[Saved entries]
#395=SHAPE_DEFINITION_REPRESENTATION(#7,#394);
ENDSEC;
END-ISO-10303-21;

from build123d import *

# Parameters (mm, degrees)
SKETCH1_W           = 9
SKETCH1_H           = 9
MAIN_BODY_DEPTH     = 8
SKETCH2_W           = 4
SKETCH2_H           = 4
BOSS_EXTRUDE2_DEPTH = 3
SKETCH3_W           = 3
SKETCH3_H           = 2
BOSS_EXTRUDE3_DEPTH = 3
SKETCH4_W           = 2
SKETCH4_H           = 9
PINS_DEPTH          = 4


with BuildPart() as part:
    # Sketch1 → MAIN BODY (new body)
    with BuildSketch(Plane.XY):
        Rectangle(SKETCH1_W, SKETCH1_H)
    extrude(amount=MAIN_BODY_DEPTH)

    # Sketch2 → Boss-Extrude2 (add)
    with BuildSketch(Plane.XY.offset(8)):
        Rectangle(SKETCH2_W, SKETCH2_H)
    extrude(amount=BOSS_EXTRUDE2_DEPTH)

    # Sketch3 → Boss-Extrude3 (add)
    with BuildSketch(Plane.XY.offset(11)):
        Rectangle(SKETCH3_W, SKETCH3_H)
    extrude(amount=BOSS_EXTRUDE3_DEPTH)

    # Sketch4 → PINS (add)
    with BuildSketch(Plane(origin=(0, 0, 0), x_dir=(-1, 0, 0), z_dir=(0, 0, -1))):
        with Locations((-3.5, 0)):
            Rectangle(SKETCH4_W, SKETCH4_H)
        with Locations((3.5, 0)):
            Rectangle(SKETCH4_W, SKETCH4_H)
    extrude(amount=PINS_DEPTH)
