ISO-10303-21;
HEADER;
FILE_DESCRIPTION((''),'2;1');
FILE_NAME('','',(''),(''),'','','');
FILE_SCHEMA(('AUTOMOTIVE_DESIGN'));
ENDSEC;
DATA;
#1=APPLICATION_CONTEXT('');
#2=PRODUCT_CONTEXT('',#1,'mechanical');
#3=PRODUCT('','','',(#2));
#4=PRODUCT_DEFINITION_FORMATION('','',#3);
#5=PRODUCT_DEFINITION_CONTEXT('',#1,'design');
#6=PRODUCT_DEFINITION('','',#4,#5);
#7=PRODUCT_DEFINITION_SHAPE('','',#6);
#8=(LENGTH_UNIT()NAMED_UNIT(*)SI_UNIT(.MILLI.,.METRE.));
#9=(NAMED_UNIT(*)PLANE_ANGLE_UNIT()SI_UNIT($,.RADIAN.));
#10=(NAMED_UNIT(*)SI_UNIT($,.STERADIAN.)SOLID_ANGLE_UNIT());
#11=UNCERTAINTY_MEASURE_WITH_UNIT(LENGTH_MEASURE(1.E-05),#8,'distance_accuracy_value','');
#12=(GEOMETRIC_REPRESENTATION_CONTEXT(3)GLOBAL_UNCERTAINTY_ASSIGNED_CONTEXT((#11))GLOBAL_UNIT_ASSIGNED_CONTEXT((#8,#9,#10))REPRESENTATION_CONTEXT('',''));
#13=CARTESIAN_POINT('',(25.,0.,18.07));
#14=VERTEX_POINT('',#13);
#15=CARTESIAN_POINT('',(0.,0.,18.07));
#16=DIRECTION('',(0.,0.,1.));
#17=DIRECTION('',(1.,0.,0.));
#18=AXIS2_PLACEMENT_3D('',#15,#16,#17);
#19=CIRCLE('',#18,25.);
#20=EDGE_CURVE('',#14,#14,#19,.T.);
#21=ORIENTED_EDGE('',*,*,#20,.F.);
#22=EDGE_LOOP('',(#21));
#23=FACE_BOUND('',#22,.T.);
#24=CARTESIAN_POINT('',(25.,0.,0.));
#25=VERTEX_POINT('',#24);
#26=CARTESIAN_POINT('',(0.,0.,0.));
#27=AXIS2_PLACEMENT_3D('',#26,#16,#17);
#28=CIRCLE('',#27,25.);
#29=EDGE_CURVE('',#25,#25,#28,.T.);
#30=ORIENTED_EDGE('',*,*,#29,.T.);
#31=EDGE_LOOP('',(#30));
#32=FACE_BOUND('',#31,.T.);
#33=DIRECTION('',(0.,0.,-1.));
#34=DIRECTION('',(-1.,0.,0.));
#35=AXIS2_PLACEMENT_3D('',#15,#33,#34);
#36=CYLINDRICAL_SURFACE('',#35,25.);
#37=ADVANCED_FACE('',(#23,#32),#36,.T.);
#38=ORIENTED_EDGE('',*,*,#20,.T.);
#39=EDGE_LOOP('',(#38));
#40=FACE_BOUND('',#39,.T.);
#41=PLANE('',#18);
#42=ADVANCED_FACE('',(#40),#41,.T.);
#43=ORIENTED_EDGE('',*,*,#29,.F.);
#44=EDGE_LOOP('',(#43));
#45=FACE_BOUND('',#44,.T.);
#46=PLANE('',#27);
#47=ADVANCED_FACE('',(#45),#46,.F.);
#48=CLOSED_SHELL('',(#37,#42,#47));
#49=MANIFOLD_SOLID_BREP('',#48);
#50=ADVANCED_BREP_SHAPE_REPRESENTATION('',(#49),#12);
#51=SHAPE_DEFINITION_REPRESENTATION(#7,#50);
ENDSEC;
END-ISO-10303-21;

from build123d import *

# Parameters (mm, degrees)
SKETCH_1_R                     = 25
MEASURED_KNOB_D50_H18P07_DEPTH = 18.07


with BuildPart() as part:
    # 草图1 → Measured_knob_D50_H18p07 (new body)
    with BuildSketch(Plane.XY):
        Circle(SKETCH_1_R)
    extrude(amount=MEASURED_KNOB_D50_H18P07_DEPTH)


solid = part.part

==

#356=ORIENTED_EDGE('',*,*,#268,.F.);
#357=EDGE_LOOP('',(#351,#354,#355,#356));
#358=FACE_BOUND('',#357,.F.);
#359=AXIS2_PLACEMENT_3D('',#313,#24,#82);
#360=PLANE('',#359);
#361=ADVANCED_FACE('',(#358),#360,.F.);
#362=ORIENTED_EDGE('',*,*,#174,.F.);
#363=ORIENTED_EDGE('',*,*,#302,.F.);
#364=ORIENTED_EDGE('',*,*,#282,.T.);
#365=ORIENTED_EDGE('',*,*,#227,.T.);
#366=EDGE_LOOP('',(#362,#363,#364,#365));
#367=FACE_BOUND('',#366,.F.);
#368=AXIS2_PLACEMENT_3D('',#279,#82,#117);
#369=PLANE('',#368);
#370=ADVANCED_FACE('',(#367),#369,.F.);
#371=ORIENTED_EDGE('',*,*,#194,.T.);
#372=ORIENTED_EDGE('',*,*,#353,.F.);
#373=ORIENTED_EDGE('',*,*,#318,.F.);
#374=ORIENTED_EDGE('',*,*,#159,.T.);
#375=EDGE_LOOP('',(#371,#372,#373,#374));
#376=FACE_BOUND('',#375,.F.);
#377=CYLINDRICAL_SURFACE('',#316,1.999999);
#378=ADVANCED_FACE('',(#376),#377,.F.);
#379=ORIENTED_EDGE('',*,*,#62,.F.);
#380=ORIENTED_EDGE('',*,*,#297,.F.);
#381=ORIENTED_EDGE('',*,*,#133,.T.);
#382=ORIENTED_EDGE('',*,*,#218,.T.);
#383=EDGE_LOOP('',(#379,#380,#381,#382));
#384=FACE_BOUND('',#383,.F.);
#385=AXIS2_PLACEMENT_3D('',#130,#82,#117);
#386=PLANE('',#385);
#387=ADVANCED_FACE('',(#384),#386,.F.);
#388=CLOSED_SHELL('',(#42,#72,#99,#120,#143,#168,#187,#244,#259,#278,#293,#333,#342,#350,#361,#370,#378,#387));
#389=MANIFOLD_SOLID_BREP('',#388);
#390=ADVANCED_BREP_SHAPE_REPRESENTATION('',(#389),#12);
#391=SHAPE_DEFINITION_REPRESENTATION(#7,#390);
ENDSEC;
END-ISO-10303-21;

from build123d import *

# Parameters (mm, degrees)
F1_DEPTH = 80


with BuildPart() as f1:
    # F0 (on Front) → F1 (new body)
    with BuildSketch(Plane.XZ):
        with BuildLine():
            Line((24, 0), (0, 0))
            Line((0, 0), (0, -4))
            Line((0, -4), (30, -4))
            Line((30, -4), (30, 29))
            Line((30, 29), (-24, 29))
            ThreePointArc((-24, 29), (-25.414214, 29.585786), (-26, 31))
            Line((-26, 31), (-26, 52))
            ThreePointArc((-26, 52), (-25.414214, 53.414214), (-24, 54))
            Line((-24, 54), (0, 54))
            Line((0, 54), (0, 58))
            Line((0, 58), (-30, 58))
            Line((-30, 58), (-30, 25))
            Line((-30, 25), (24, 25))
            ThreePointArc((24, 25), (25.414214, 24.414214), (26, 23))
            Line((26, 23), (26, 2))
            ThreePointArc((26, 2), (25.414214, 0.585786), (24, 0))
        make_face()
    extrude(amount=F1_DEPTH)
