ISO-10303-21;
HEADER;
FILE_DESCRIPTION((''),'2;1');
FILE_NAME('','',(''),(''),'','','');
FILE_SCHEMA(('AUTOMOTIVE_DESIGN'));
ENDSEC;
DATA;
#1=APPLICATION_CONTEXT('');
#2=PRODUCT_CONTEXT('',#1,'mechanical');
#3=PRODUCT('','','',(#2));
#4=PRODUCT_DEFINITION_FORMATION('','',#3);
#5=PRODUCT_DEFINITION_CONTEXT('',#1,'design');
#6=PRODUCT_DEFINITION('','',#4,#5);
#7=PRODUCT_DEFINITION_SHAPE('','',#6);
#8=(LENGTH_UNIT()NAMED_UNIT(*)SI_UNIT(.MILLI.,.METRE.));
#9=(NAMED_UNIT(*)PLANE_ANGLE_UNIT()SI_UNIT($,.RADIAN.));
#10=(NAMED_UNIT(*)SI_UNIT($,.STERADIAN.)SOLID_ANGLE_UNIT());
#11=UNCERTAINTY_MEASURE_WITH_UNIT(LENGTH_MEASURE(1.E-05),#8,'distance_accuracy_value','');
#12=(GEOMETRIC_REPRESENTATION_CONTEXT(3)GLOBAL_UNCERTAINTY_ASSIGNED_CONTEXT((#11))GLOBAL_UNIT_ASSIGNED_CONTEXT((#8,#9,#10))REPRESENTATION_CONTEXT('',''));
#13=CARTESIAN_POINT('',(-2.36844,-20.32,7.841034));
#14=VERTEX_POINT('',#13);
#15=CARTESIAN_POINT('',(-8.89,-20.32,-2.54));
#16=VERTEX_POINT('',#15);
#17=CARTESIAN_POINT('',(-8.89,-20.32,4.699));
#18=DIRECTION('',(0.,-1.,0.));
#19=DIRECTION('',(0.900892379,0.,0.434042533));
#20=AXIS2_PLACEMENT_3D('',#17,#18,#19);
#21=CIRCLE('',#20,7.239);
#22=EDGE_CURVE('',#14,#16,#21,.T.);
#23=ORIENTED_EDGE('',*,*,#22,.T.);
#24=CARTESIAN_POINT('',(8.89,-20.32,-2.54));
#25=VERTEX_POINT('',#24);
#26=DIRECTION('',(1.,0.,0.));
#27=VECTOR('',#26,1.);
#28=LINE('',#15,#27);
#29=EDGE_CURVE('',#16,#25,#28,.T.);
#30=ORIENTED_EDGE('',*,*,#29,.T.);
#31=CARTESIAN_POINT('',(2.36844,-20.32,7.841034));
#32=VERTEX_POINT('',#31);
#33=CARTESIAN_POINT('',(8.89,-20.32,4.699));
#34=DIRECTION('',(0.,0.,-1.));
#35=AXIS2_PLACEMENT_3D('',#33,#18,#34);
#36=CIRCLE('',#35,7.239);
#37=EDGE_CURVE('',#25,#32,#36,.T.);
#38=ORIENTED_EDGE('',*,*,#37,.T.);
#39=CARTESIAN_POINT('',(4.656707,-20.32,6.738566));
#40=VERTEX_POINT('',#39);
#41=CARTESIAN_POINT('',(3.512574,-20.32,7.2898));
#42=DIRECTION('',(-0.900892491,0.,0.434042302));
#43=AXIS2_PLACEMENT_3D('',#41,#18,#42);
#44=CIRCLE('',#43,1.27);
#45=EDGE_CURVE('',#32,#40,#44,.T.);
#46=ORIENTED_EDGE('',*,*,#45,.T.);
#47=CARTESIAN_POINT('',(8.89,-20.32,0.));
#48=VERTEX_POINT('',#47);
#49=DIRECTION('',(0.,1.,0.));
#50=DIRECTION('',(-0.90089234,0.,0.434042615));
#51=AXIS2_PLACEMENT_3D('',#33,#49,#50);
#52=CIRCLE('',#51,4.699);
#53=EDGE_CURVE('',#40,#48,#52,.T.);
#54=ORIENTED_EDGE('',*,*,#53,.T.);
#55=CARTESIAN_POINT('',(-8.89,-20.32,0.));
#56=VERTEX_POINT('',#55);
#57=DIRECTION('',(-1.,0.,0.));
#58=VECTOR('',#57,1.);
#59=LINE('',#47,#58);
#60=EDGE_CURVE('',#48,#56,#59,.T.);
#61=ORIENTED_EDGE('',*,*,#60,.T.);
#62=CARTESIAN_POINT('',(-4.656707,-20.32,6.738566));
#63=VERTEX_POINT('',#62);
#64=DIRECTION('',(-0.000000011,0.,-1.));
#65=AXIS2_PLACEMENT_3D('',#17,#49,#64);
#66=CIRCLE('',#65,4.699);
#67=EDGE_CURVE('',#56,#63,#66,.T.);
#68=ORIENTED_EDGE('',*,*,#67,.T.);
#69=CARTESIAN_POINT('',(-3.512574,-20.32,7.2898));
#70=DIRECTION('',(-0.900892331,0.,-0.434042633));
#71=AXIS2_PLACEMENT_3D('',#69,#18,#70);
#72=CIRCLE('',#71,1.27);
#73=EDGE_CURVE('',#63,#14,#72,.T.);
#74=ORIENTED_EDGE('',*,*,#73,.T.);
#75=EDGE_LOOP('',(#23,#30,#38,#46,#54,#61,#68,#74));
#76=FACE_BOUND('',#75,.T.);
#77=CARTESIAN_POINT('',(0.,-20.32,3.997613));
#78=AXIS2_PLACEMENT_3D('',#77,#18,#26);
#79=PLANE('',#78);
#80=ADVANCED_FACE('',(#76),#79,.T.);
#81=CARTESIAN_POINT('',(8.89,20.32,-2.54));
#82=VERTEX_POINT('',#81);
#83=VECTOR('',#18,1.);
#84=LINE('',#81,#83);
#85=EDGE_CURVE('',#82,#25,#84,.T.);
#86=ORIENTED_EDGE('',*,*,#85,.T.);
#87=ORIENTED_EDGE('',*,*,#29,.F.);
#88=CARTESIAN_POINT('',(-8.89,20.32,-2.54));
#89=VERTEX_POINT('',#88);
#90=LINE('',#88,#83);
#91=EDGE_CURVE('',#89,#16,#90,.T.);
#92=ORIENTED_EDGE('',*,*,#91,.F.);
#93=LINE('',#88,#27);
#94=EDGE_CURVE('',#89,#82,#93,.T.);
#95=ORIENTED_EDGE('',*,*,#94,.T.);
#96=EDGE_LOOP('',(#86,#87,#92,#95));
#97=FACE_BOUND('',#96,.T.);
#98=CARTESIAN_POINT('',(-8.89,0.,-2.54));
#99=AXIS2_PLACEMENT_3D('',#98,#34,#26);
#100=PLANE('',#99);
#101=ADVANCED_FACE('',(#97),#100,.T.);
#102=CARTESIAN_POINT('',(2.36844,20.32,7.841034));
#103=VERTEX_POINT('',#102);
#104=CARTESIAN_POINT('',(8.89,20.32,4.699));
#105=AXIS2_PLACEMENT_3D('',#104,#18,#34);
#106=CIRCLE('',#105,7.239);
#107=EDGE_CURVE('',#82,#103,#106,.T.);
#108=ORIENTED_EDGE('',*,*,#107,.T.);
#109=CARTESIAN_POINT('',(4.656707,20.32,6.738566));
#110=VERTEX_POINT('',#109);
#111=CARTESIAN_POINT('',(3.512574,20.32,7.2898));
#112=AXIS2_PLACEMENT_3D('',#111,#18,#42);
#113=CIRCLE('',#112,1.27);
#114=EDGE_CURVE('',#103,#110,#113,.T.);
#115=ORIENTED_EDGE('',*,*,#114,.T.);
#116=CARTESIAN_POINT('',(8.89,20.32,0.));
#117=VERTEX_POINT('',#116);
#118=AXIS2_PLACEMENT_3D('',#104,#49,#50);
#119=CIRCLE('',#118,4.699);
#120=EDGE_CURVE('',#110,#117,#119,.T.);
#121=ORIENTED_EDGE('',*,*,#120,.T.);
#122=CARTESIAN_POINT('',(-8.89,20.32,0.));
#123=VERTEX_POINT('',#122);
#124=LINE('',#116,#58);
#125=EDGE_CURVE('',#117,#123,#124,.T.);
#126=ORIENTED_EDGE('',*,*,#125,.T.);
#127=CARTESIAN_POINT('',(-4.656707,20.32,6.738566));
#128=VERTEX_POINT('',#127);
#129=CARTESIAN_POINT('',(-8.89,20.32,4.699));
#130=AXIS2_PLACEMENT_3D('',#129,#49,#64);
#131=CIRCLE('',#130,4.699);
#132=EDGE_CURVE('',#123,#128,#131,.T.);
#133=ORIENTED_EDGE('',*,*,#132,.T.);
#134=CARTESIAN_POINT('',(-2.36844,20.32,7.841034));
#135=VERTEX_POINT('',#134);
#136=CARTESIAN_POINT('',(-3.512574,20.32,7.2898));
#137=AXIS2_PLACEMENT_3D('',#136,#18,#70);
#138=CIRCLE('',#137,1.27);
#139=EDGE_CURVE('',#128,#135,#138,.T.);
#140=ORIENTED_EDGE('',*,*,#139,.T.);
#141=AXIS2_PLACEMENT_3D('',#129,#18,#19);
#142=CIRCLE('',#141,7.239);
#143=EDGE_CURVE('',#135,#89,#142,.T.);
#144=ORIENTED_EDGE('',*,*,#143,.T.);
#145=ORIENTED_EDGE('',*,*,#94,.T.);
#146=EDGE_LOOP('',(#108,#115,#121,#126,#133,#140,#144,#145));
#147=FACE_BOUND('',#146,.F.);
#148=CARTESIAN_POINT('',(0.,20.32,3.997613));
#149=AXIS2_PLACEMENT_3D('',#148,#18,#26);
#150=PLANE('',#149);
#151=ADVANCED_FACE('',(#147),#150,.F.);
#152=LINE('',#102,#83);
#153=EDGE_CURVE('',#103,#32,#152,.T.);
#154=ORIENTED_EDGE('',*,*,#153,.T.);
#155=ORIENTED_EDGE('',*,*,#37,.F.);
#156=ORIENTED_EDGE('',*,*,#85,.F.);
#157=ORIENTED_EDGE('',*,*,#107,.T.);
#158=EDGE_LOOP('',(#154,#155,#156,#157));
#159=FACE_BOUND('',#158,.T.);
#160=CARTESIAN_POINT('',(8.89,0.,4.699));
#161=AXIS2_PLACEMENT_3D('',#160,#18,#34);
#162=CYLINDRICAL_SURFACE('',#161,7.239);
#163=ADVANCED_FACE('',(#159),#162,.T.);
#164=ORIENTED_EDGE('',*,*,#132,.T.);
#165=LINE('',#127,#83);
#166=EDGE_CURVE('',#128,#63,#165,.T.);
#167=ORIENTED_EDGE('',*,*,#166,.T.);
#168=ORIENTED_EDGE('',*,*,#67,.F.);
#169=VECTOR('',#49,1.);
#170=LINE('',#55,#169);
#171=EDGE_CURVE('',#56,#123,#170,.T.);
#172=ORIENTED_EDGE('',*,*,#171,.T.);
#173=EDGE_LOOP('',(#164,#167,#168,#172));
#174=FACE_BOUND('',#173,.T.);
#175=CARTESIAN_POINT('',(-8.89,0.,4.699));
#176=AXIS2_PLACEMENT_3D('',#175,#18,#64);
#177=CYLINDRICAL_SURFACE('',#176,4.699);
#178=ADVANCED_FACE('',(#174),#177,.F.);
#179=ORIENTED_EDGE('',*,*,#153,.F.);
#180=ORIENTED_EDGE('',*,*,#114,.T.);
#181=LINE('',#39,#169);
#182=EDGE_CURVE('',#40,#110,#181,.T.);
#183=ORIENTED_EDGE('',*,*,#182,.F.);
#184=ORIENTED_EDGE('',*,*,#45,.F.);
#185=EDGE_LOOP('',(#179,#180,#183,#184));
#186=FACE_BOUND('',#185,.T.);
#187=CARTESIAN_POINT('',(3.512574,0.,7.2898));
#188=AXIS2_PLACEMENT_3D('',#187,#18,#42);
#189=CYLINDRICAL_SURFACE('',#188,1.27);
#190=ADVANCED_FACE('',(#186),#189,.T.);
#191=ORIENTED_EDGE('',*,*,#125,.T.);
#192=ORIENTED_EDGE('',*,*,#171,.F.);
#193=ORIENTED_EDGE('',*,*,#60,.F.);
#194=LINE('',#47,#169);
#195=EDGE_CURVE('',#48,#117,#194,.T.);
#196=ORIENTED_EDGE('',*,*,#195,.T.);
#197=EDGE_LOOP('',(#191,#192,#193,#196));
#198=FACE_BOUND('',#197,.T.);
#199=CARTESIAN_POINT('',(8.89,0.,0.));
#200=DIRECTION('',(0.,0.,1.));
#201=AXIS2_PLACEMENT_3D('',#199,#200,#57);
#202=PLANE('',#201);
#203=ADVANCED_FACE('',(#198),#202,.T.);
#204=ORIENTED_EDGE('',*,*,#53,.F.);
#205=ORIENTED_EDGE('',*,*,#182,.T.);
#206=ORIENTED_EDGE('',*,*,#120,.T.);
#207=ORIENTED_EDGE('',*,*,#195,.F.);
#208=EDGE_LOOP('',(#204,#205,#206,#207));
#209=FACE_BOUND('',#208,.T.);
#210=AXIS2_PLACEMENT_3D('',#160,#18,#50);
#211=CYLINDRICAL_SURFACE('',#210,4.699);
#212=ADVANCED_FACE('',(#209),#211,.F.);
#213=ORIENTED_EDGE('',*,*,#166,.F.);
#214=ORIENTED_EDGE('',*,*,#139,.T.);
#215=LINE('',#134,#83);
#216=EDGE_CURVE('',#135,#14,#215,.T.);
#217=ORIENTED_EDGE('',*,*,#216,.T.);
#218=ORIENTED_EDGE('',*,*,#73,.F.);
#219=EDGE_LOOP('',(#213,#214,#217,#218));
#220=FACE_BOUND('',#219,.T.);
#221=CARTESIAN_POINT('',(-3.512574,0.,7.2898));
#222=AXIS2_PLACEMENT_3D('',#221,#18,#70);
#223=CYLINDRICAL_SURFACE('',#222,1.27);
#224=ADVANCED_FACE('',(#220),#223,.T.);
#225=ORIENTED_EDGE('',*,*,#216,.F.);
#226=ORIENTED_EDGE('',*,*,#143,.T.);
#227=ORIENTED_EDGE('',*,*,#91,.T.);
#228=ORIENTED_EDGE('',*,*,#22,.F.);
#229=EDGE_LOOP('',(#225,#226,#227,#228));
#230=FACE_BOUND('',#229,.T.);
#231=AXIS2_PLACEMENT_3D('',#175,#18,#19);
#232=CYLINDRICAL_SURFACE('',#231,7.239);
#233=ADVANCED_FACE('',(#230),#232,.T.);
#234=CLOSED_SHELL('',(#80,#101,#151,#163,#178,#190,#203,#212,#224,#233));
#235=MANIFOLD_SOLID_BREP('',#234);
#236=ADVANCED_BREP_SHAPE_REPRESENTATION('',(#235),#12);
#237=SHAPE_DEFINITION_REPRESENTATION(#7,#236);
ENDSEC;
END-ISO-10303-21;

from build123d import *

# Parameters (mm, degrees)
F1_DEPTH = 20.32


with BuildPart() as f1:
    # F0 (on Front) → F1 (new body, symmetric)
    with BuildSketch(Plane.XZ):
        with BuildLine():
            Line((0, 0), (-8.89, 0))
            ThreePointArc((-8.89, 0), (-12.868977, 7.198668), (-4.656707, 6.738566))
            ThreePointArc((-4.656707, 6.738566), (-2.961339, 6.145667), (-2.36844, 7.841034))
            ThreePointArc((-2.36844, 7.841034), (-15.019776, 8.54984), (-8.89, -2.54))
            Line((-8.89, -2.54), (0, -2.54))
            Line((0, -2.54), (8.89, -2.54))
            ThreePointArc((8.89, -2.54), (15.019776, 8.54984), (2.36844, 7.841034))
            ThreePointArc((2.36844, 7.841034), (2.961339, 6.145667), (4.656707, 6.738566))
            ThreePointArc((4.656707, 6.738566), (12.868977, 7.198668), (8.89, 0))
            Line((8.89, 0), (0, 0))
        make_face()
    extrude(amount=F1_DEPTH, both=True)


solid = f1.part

## Brief
Working from the data above, extract solely the lines from the one containing "#157=ORIENTED_EDGE('',*,*,#107,.T.);" through the one containing "#171=EDGE_CURVE('',#56,#123,#170,.T.);", exactly as they appear, both included.

## Solution
#157=ORIENTED_EDGE('',*,*,#107,.T.);
#158=EDGE_LOOP('',(#154,#155,#156,#157));
#159=FACE_BOUND('',#158,.T.);
#160=CARTESIAN_POINT('',(8.89,0.,4.699));
#161=AXIS2_PLACEMENT_3D('',#160,#18,#34);
#162=CYLINDRICAL_SURFACE('',#161,7.239);
#163=ADVANCED_FACE('',(#159),#162,.T.);
#164=ORIENTED_EDGE('',*,*,#132,.T.);
#165=LINE('',#127,#83);
#166=EDGE_CURVE('',#128,#63,#165,.T.);
#167=ORIENTED_EDGE('',*,*,#166,.T.);
#168=ORIENTED_EDGE('',*,*,#67,.F.);
#169=VECTOR('',#49,1.);
#170=LINE('',#55,#169);
#171=EDGE_CURVE('',#56,#123,#170,.T.);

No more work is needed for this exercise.